Agent

Composition of AI Capabilities
An Agent is not a separate pillar. It is a combination layer that integrates existing AI components into a single system.
At amsafis, Agents typically combine:
- Expert Systems + LLM, or
- Machine Learning + LLM
The role of the Agent is to coordinate these components, not to replace them. Each part keeps its function:
- Expert Systems provide structured, rule-based reasoning
- Machine Learning models provide predictive outputs
- LLMs provide interpretation and generation capabilities
The result is a system that can process inputs, consult multiple sources, and return a coherent and structured response.
Agents are designed per use case. There is no fixed architecture:
- some Agents use LLMs only for interpretation,
- others rely on deeper LLM-driven reasoning,
- and some incorporate additional layers as needed.
For example, an Agent may include a semantic phenotype normalization module based on vector similarity search. A working example is available in the Agent sandbox, which provides a human-readable representation of an interaction designed for machine-to-machine communication. This interface does not correspond to the human-facing system, but instead reflects how the Agent would interact with underlying services, as described in the symbolic cognitive service architecture.

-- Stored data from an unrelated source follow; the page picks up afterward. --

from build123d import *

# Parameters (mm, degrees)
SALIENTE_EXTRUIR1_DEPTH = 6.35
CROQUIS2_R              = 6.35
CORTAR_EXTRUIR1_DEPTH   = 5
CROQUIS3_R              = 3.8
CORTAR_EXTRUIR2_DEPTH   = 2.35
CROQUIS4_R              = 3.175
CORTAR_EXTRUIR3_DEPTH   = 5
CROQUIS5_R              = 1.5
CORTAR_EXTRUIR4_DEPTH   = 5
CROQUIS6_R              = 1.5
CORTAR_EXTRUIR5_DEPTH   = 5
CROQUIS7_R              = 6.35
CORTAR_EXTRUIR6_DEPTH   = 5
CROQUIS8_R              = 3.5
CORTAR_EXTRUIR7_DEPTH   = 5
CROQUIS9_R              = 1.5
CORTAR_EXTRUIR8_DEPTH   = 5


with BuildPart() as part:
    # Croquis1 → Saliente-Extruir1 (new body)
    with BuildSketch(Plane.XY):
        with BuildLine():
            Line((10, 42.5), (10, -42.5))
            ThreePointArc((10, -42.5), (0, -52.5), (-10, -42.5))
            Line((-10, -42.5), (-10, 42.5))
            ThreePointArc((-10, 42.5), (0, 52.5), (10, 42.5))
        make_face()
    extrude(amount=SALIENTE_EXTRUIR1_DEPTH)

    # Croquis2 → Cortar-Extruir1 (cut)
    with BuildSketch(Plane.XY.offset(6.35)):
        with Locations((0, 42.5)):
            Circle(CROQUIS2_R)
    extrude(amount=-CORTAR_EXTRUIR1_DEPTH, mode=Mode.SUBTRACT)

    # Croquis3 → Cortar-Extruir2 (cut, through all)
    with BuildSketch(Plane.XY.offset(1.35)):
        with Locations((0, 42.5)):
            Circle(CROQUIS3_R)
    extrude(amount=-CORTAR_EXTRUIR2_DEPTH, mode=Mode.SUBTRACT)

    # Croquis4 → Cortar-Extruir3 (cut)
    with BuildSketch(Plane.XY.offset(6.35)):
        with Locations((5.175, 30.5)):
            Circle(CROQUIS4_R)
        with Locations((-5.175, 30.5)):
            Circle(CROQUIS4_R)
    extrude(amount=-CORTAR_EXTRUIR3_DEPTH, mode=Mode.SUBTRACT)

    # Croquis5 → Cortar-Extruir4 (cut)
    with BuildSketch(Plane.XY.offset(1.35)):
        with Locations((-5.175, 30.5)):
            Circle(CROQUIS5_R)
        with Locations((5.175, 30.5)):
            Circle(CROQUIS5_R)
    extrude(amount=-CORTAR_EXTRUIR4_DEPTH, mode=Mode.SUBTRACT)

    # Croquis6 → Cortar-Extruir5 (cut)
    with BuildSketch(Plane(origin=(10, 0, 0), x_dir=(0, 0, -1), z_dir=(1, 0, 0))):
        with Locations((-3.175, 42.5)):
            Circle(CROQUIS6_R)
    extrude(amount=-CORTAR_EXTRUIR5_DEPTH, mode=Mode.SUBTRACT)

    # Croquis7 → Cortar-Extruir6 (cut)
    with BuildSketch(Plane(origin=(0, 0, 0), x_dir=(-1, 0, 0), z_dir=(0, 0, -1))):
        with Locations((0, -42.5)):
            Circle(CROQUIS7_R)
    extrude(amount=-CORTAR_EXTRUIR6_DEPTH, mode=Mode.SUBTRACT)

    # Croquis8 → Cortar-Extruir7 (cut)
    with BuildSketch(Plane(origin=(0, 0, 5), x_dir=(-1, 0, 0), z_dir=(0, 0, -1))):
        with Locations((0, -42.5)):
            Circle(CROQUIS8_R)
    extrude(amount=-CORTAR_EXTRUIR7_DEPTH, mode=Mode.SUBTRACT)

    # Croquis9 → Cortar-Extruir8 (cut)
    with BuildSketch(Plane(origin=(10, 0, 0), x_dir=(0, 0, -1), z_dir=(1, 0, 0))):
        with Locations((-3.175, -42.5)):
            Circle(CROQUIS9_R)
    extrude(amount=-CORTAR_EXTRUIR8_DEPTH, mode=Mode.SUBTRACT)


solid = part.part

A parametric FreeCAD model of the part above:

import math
import FreeCAD as App
import Part
import Sketcher
from FreeCAD import Vector
Q = App.Units.Quantity

doc = App.newDocument("Part")
body = doc.addObject("PartDesign::Body", "Body")

# Sketch on XY plane
sketch1 = body.newObject("Sketcher::SketchObject", "Sketch")
sketch1.AttachmentSupport = (doc.getObject("XY_Plane"), [""])
sketch1.MapMode = "FlatFace"
sketch1.addGeometry(Part.LineSegment(Vector(10, -42, 0), Vector(10, 42, 0)), False)
sketch1.addGeometry(Part.ArcOfCircle(Part.Circle(Vector(0, 42, 0), Vector(0, 0, 1), 10), math.radians(0), math.radians(180)), False)
sketch1.addGeometry(Part.LineSegment(Vector(-10, 42, 0), Vector(-10, -42, 0)), False)
sketch1.addGeometry(Part.ArcOfCircle(Part.Circle(Vector(0, -42, 0), Vector(0, 0, 1), 10), math.radians(180), math.radians(360)), False)
sketch1.addConstraint(Sketcher.Constraint("Tangent", 0, 2, 1, 1))
sketch1.addConstraint(Sketcher.Constraint("Tangent", 1, 2, 2, 1))
sketch1.addConstraint(Sketcher.Constraint("Tangent", 2, 2, 3, 1))
sketch1.addConstraint(Sketcher.Constraint("Tangent", 3, 2, 0, 1))
sketch1.addConstraint(Sketcher.Constraint("Vertical", 0))
sketch1.addConstraint(Sketcher.Constraint("Vertical", 2))
sketch1.addConstraint(Sketcher.Constraint("Symmetric", 1, 3, 3, 3, -1, 1))
sketch1.addConstraint(Sketcher.Constraint("Radius", 1, Q("10 mm")))
sketch1.addConstraint(Sketcher.Constraint("DistanceY", 0, 1, 0, 2, Q("85 mm")))
pad1 = body.newObject("PartDesign::Pad", "Pad")
pad1.Profile = sketch1
pad1.Length = 6.35

# Sketch on XY plane
sketch2 = body.newObject("Sketcher::SketchObject", "Sketch001")
sketch2.AttachmentSupport = (doc.getObject("XY_Plane"), [""])
sketch2.MapMode = "FlatFace"
sketch2.AttachmentOffset = App.Placement(Vector(0, 0, 6.35), App.Rotation())
sketch2.addGeometry(Part.Circle(Vector(0, 42, 0), Vector(0, 0, 1), 6), False)
sketch2.addConstraint(Sketcher.Constraint("PointOnObject", 0, 3, -2))
sketch2.addConstraint(Sketcher.Constraint("Diameter", 0, Q("12.7 mm")))
sketch2.addConstraint(Sketcher.Constraint("DistanceY", -1, 1, 0, 3, Q("42.5 mm")))
pocket1 = body.newObject("PartDesign::Pocket", "Pocket")
pocket1.Profile = sketch2
pocket1.Length = 5

# Sketch on XY plane
sketch3 = body.newObject("Sketcher::SketchObject", "Sketch002")
sketch3.AttachmentSupport = (doc.getObject("XY_Plane"), [""])
sketch3.MapMode = "FlatFace"
sketch3.AttachmentOffset = App.Placement(Vector(0, 0, 1.35), App.Rotation())
sketch3.addGeometry(Part.Circle(Vector(0, 42.5, 0), Vector(0, 0, 1), 3.8), False)
sketch3.addConstraint(Sketcher.Constraint("PointOnObject", 0, 3, -2))
sketch3.addConstraint(Sketcher.Constraint("Diameter", 0, Q("7.6 mm")))
sketch3.addConstraint(Sketcher.Constraint("DistanceY", -1, 1, 0, 3, Q("42.5 mm")))
pocket2 = body.newObject("PartDesign::Pocket", "Pocket001")
pocket2.Profile = sketch3
pocket2.Type = "ThroughAll"

# Sketch on XY plane
sketch4 = body.newObject("Sketcher::SketchObject", "Sketch003")
sketch4.AttachmentSupport = (doc.getObject("XY_Plane"), [""])
sketch4.MapMode = "FlatFace"
sketch4.AttachmentOffset = App.Placement(Vector(0, 0, 6.35), App.Rotation())
sketch4.addGeometry(Part.Circle(Vector(5.2, 30.5, 0), Vector(0, 0, 1), 3.2), False)
sketch4.addGeometry(Part.Circle(Vector(-5.2, 30.5, 0), Vector(0, 0, 1), 3.2), False)
sketch4.addConstraint(Sketcher.Constraint("Equal", 0, 1))
sketch4.addConstraint(Sketcher.Constraint("Symmetric", 0, 3, 1, 3, -2))
sketch4.addConstraint(Sketcher.Constraint("Diameter", 0, Q("6.35 mm")))
sketch4.addConstraint(Sketcher.Constraint("DistanceY", -1, 1, 0, 3, Q("30.5 mm")))
sketch4.addConstraint(Sketcher.Constraint("DistanceX", 1, 3, 0, 3, Q("10.35 mm")))
pocket3 = body.newObject("PartDesign::Pocket", "Pocket002")
pocket3.Profile = sketch4
pocket3.Length = 5

# Sketch on XY plane
sketch5 = body.newObject("Sketcher::SketchObject", "Sketch004")
sketch5.AttachmentSupport = (doc.getObject("XY_Plane"), [""])
sketch5.MapMode = "FlatFace"
sketch5.AttachmentOffset = App.Placement(Vector(0, 0, 1.35), App.Rotation())
sketch5.addGeometry(Part.Circle(Vector(-5.2, 30.5, 0), Vector(0, 0, 1), 1.5), False)
sketch5.addGeometry(Part.Circle(Vector(5.2, 30.5, 0), Vector(0, 0, 1), 1.5), False)
sketch5.addConstraint(Sketcher.Constraint("Equal", 0, 1))
sketch5.addConstraint(Sketcher.Constraint("Symmetric", 0, 3, 1, 3, -2))
sketch5.addConstraint(Sketcher.Constraint("Diameter", 0, Q("3 mm")))
sketch5.addConstraint(Sketcher.Constraint("DistanceY", -1, 1, 0, 3, Q("30.5 mm")))
sketch5.addConstraint(Sketcher.Constraint("DistanceX", 0, 3, 1, 3, Q("10.35 mm")))
pocket4 = body.newObject("PartDesign::Pocket", "Pocket003")
pocket4.Profile = sketch5
pocket4.Length = 5

# Sketch on YZ plane
sketch6 = body.newObject("Sketcher::SketchObject", "Sketch005")
sketch6.AttachmentSupport = (doc.getObject("YZ_Plane"), [""])
sketch6.MapMode = "FlatFace"
sketch6.AttachmentOffset = App.Placement(Vector(0, 0, 10), App.Rotation())
sketch6.addGeometry(Part.Circle(Vector(42.5, 3.2, 0), Vector(0, 0, 1), 1.5), False)
sketch6.addConstraint(Sketcher.Constraint("Diameter", 0, Q("3 mm")))
sketch6.addConstraint(Sketcher.Constraint("DistanceX", -1, 1, 0, 3, Q("42.5 mm")))
sketch6.addConstraint(Sketcher.Constraint("DistanceY", -1, 1, 0, 3, Q("3.175 mm")))
pocket5 = body.newObject("PartDesign::Pocket", "Pocket004")
pocket5.Profile = sketch6
pocket5.Length = 5

# Sketch on XY plane
sketch7 = body.newObject("Sketcher::SketchObject", "Sketch006")
sketch7.AttachmentSupport = (doc.getObject("XY_Plane"), [""])
sketch7.MapMode = "FlatFace"
sketch7.addGeometry(Part.Circle(Vector(0, -42, 0), Vector(0, 0, 1), 6), False)
sketch7.addConstraint(Sketcher.Constraint("PointOnObject", 0, 3, -2))
sketch7.addConstraint(Sketcher.Constraint("Diameter", 0, Q("12.7 mm")))
sketch7.addConstraint(Sketcher.Constraint("DistanceY", 0, 3, -1, 1, Q("42.5 mm")))
pocket6 = body.newObject("PartDesign::Pocket", "Pocket005")
pocket6.Profile = sketch7
pocket6.Length = 5
pocket6.Reversed = True

# Sketch on XY plane
sketch8 = body.newObject("Sketcher::SketchObject", "Sketch007")
sketch8.AttachmentSupport = (doc.getObject("XY_Plane"), [""])
sketch8.MapMode = "FlatFace"
sketch8.AttachmentOffset = App.Placement(Vector(0, 0, 5), App.Rotation())
sketch8.addGeometry(Part.Circle(Vector(0, -42.5, 0), Vector(0, 0, 1), 3.5), False)
sketch8.addConstraint(Sketcher.Constraint("PointOnObject", 0, 3, -2))
sketch8.addConstraint(Sketcher.Constraint("Diameter", 0, Q("7 mm")))
sketch8.addConstraint(Sketcher.Constraint("DistanceY", 0, 3, -1, 1, Q("42.5 mm")))
pocket7 = body.newObject("PartDesign::Pocket", "Pocket006")
pocket7.Profile = sketch8
pocket7.Length = 5
pocket7.Reversed = True

# Sketch on YZ plane
sketch9 = body.newObject("Sketcher::SketchObject", "Sketch008")
sketch9.AttachmentSupport = (doc.getObject("YZ_Plane"), [""])
sketch9.MapMode = "FlatFace"
sketch9.AttachmentOffset = App.Placement(Vector(0, 0, 10), App.Rotation())
sketch9.addGeometry(Part.Circle(Vector(-42.5, 3.2, 0), Vector(0, 0, 1), 1.5), False)
sketch9.addConstraint(Sketcher.Constraint("Diameter", 0, Q("3 mm")))
sketch9.addConstraint(Sketcher.Constraint("DistanceX", 0, 3, -1, 1, Q("42.5 mm")))
sketch9.addConstraint(Sketcher.Constraint("DistanceY", -1, 1, 0, 3, Q("3.175 mm")))
pocket8 = body.newObject("PartDesign::Pocket", "Pocket007")
pocket8.Profile = sketch9
pocket8.Length = 5

doc.recompute()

A second Expert System sandbox is available for GDPR compliance — encoding personal data classification rules from the CNIL Developer’s Guide, Sheet 1, an authoritative source for GDPR data identification in Europe. There is no human-facing interface; the service is designed for direct machine-to-machine access. Developers can find the connector documentation and curl examples in the wiki.
Integrated interaction flow
An Agent connects multiple components into a single interaction.
From the user perspective, this appears as a unified system. Internally, it involves several steps:
- interpreting the input,
- structuring the request,
- consulting knowledge or models,
- and generating the final response.
These steps are not exposed as a workflow in the interface, but they reflect the coordination between different AI components.
The Agent does not make decisions independently. Instead, it organizes and aligns outputs from:
- deterministic logic (Expert Systems),
- statistical inference (Machine Learning),
- and contextual reasoning (LLMs).
This approach enables:
- traceability through structured components,
- flexibility through modular design,
- and adaptability to different domains.
The Agent therefore represents the practical integration of the three pillars.